## What you need to do
Nothing below is to be printed except the lines between the line holding "# Sketch4 →" and the line holding "# FreeCAD 1.0 macro for this part", inclusive, each exactly as it appears.

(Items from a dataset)
○ ○ ○ ○

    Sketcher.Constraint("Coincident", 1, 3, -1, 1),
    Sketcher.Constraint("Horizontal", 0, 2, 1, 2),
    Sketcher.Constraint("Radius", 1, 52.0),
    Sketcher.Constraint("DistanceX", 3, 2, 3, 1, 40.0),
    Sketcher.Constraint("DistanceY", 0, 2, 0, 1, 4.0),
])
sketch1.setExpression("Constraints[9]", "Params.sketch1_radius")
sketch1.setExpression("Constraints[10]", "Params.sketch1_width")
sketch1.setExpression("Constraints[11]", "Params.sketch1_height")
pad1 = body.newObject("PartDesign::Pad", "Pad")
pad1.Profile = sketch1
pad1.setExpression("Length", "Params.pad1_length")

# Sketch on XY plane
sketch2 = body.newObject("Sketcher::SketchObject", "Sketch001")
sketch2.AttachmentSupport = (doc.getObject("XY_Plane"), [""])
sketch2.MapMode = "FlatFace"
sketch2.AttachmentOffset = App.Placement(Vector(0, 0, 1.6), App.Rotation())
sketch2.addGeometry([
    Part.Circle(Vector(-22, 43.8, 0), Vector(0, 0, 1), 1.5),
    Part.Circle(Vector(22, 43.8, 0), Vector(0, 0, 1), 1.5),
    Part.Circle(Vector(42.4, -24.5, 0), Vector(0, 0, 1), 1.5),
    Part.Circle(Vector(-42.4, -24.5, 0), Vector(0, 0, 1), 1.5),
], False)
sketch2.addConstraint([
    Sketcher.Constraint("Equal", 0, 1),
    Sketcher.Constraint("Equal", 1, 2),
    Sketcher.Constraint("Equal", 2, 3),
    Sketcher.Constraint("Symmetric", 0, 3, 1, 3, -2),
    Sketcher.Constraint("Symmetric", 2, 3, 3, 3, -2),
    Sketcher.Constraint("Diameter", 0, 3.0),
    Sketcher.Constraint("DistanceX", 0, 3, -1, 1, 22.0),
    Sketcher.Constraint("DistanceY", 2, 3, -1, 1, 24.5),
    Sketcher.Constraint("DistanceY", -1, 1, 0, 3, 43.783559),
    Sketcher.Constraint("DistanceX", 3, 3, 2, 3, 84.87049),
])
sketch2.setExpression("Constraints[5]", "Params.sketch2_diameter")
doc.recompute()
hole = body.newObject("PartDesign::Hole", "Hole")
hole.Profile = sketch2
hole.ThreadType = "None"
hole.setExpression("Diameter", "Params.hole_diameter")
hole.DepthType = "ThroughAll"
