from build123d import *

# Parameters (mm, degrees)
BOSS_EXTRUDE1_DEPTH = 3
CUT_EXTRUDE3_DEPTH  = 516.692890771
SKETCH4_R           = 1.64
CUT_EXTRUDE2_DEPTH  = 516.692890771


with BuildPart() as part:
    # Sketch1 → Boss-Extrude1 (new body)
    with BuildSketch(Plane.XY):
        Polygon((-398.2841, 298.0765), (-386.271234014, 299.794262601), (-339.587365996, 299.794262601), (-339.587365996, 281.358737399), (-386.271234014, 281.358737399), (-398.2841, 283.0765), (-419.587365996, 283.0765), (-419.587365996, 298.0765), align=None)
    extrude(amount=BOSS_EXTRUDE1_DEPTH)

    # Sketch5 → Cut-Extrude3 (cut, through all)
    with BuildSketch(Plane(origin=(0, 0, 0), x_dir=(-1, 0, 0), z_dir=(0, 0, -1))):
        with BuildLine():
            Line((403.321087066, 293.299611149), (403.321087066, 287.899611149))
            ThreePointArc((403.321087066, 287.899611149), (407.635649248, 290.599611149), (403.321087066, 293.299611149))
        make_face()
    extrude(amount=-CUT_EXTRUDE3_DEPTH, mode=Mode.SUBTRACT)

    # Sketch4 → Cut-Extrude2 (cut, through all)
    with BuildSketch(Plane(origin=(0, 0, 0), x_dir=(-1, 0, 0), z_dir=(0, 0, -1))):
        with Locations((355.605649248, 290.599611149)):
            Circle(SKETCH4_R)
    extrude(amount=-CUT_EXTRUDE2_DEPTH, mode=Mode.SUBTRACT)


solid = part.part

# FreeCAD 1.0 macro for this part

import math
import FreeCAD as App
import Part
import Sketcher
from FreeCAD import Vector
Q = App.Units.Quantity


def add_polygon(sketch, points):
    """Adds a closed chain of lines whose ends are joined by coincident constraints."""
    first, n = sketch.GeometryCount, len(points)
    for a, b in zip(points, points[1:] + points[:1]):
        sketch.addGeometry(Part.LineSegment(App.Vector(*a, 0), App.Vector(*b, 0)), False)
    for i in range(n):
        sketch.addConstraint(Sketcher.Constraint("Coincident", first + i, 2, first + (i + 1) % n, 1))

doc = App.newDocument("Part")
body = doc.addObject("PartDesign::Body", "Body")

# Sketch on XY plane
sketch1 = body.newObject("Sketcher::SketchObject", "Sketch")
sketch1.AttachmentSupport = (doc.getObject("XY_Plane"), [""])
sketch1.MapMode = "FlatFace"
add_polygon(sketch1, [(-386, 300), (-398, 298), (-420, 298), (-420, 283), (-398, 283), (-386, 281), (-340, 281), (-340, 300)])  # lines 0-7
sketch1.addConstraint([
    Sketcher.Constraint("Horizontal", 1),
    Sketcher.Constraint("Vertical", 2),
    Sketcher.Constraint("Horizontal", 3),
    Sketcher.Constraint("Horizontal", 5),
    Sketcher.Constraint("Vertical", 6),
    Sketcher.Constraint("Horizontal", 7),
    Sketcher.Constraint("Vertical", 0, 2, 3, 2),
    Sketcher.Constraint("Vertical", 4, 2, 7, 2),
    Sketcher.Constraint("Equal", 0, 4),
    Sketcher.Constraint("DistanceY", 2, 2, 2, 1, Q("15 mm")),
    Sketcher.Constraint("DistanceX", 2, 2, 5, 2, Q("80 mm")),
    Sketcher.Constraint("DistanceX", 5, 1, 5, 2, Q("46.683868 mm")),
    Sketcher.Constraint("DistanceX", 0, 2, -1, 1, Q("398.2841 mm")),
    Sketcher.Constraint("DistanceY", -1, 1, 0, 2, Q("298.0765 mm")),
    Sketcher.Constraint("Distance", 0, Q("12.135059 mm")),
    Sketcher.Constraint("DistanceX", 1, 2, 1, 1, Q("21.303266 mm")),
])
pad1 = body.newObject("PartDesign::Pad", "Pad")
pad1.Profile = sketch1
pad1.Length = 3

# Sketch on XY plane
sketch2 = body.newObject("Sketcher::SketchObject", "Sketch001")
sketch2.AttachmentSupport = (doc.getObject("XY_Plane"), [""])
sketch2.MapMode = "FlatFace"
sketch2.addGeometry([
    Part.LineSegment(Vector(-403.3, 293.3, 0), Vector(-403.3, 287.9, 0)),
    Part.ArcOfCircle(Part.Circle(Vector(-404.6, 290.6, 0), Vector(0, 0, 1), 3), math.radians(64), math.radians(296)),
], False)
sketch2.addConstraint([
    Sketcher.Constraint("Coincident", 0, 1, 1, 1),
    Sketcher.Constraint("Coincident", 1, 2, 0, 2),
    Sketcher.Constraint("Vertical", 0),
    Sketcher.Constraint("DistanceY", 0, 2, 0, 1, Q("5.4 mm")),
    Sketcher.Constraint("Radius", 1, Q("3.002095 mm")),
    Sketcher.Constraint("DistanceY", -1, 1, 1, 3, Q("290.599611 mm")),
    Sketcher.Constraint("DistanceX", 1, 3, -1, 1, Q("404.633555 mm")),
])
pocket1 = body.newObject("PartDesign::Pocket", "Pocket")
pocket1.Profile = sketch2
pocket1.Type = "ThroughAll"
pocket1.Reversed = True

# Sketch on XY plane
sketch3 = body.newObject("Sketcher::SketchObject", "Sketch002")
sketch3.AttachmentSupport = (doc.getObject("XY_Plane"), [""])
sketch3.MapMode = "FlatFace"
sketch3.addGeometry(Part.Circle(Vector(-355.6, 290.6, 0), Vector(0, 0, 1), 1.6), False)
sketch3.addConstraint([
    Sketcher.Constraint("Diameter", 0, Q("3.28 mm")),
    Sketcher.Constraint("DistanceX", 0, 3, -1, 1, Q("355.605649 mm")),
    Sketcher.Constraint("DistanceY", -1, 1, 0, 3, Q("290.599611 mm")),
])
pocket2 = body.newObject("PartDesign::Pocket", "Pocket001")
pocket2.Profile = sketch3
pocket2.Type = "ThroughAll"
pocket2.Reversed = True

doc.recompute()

○ ○ ○ ○

## Solution to the exercise
    # Sketch4 → Cut-Extrude2 (cut, through all)
    with BuildSketch(Plane(origin=(0, 0, 0), x_dir=(-1, 0, 0), z_dir=(0, 0, -1))):
        with Locations((355.605649248, 290.599611149)):
            Circle(SKETCH4_R)
    extrude(amount=-CUT_EXTRUDE2_DEPTH, mode=Mode.SUBTRACT)


solid = part.part

# FreeCAD 1.0 macro for this part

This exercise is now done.